::: Provided information :::

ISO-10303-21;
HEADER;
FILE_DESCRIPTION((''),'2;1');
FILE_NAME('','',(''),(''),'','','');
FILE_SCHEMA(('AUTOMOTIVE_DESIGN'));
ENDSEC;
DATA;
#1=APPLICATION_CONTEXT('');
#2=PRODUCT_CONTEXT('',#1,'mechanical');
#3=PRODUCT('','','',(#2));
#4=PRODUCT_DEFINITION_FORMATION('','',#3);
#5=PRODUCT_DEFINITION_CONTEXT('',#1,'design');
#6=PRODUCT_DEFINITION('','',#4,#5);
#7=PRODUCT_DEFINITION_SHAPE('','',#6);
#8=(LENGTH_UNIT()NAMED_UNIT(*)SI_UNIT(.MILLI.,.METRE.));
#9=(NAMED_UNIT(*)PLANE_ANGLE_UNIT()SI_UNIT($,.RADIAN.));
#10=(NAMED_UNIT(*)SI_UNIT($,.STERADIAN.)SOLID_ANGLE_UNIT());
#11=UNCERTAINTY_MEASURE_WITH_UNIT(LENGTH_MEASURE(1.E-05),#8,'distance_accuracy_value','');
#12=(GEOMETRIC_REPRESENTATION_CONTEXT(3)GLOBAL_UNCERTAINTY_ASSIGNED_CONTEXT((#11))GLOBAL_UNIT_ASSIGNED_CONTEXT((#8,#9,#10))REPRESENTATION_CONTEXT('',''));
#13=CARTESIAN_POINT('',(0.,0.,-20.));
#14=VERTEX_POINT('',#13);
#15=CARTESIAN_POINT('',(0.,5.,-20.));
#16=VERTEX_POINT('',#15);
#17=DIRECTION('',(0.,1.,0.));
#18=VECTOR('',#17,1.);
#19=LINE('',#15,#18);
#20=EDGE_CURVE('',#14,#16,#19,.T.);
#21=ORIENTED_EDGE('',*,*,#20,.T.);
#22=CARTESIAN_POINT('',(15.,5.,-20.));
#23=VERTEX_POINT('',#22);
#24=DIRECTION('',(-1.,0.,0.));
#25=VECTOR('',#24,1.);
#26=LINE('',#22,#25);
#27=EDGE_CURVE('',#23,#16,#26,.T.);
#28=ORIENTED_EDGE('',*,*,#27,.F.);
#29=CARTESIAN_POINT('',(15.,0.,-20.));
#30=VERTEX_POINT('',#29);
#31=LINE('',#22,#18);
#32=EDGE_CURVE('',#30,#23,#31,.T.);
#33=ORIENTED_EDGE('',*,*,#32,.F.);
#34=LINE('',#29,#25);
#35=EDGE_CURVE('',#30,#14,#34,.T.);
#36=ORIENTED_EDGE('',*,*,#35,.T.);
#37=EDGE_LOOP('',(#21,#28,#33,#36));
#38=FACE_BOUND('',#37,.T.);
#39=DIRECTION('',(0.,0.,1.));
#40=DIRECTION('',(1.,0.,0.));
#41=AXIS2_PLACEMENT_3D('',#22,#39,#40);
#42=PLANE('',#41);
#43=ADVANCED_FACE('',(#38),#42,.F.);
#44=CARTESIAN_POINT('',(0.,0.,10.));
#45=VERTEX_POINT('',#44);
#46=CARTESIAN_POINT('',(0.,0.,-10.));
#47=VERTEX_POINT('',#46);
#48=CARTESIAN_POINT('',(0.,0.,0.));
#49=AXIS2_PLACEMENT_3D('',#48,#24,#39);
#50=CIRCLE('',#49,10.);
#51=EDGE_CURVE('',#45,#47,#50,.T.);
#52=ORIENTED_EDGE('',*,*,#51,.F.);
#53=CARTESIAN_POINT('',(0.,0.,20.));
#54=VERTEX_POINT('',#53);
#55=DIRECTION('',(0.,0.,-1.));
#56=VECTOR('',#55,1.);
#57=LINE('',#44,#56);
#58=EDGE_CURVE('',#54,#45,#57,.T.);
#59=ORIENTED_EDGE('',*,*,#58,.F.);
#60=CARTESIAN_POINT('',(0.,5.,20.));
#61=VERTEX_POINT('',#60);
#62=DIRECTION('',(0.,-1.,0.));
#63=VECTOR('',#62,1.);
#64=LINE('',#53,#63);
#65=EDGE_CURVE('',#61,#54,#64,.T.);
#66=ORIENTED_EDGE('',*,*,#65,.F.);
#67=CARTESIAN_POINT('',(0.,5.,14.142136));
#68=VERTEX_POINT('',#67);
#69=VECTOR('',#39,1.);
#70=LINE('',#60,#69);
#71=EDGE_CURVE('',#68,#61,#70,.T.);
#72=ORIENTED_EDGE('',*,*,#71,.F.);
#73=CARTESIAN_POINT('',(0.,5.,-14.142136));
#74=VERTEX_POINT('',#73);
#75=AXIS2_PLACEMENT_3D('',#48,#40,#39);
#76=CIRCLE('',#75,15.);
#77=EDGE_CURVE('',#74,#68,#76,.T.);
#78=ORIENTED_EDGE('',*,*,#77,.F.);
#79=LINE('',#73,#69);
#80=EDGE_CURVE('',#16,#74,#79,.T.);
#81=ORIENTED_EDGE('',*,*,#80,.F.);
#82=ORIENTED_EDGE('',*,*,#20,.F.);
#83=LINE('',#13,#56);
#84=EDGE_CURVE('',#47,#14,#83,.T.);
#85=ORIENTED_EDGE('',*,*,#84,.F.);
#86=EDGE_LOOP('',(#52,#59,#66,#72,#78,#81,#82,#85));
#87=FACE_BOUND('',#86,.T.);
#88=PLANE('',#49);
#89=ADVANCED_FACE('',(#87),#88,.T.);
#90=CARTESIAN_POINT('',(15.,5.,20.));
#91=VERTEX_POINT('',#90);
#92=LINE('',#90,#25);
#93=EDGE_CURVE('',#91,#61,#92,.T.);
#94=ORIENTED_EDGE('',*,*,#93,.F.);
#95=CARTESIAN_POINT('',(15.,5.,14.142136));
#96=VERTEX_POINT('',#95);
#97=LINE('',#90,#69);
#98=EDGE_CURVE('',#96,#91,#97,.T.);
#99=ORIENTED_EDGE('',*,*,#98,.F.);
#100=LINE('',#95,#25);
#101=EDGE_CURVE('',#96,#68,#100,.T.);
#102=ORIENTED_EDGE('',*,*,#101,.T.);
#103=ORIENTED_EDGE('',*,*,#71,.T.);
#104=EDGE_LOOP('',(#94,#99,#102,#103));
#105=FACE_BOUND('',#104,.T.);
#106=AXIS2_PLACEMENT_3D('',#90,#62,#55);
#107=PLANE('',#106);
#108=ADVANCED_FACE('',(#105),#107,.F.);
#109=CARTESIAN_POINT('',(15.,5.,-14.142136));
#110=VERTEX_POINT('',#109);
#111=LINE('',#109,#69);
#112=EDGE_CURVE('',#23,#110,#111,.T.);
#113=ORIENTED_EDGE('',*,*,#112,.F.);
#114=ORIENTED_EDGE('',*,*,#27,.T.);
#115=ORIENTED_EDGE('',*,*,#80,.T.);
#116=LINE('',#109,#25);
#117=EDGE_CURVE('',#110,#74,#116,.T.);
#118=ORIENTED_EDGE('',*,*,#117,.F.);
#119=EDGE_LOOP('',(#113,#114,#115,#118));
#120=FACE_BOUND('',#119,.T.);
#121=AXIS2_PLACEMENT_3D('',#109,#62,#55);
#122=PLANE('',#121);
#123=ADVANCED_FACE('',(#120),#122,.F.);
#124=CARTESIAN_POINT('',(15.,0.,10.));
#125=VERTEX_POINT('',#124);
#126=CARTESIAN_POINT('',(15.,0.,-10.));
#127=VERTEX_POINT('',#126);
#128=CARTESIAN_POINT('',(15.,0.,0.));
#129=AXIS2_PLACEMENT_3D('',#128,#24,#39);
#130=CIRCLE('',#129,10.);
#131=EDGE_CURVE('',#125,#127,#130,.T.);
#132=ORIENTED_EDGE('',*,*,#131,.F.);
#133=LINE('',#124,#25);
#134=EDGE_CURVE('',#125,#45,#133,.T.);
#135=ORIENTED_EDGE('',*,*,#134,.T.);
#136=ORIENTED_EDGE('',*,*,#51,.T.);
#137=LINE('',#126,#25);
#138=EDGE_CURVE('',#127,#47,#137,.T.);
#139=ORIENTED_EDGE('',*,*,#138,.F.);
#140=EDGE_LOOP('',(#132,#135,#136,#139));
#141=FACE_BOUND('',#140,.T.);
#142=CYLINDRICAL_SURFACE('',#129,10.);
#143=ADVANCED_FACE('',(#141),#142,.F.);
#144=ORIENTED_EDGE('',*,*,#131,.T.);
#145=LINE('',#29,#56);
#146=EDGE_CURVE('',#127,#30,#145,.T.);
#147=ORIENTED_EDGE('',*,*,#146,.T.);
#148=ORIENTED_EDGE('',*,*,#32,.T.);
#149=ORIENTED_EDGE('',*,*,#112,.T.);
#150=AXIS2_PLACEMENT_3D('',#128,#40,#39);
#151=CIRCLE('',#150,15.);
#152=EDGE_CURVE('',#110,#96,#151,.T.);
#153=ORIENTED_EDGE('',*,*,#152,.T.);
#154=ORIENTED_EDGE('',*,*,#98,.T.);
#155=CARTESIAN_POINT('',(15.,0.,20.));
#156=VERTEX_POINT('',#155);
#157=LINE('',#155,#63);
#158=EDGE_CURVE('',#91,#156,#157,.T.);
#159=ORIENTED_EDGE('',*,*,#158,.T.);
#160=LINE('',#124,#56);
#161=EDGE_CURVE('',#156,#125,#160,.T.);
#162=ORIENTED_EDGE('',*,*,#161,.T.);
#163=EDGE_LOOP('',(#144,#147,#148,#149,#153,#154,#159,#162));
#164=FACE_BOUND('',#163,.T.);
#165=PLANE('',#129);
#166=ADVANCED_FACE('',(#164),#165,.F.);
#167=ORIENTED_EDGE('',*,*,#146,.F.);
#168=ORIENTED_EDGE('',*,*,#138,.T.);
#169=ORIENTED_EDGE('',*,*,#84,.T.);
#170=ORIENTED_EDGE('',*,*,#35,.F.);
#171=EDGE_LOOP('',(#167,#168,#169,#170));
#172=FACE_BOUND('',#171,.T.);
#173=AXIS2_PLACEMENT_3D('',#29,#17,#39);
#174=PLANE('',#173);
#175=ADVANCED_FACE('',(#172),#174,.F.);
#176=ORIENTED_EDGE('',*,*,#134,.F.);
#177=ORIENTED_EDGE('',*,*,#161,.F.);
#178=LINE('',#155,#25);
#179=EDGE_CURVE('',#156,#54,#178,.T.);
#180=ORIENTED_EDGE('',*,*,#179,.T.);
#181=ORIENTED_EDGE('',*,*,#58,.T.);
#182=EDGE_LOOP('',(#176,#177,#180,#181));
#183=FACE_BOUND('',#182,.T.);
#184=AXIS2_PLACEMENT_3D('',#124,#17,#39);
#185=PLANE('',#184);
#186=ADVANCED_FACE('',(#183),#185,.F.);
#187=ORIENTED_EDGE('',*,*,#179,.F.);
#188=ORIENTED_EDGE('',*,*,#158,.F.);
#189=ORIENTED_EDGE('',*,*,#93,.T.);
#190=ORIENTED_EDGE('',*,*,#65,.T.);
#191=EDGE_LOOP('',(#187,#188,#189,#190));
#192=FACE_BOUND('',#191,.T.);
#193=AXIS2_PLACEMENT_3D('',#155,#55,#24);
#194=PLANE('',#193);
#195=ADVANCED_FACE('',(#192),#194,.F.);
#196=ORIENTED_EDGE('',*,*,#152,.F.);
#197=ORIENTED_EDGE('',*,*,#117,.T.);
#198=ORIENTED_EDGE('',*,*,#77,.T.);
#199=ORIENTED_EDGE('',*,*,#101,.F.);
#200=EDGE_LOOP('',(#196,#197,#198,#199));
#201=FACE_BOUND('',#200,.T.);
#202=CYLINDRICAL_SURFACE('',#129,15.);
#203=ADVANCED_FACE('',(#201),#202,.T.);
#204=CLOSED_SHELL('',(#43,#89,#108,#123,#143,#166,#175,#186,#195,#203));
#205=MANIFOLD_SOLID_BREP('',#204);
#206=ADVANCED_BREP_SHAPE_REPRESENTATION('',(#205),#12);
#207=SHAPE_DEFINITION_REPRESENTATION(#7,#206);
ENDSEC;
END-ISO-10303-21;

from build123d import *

# Parameters (mm, degrees)
SALIENTE_EXTRUIR1_DEPTH = 15


with BuildPart() as part:
    # Croquis1 → Saliente-Extruir1 (new body)
    with BuildSketch(Plane(origin=(0, 0, 0), x_dir=(0, 0, -1), z_dir=(1, 0, 0))):
        with BuildLine():
            Line((-10, 0), (-20, 0))
            Line((-20, 0), (-20, 5))
            Line((-20, 5), (-14.142135624, 5))
            ThreePointArc((-14.142135624, 5), (0, 15), (14.142135624, 5))
            Line((14.142135624, 5), (20, 5))
            Line((20, 5), (20, 0))
            Line((20, 0), (10, 0))
            ThreePointArc((10, 0), (0, 10), (-10, 0))
        make_face()
    extrude(amount=SALIENTE_EXTRUIR1_DEPTH)


solid = part.part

:::

* _Aim of the task_:
Using the records above, restate word for word the lines from the one with "#121=AXIS2_PLACEMENT_3D('',#109,#62,#55);" through the one with "#129=AXIS2_PLACEMENT_3D('',#128,#24,#39);", both included.

* _Response to this exercise_:
#121=AXIS2_PLACEMENT_3D('',#109,#62,#55);
#122=PLANE('',#121);
#123=ADVANCED_FACE('',(#120),#122,.F.);
#124=CARTESIAN_POINT('',(15.,0.,10.));
#125=VERTEX_POINT('',#124);
#126=CARTESIAN_POINT('',(15.,0.,-10.));
#127=VERTEX_POINT('',#126);
#128=CARTESIAN_POINT('',(15.,0.,0.));
#129=AXIS2_PLACEMENT_3D('',#128,#24,#39);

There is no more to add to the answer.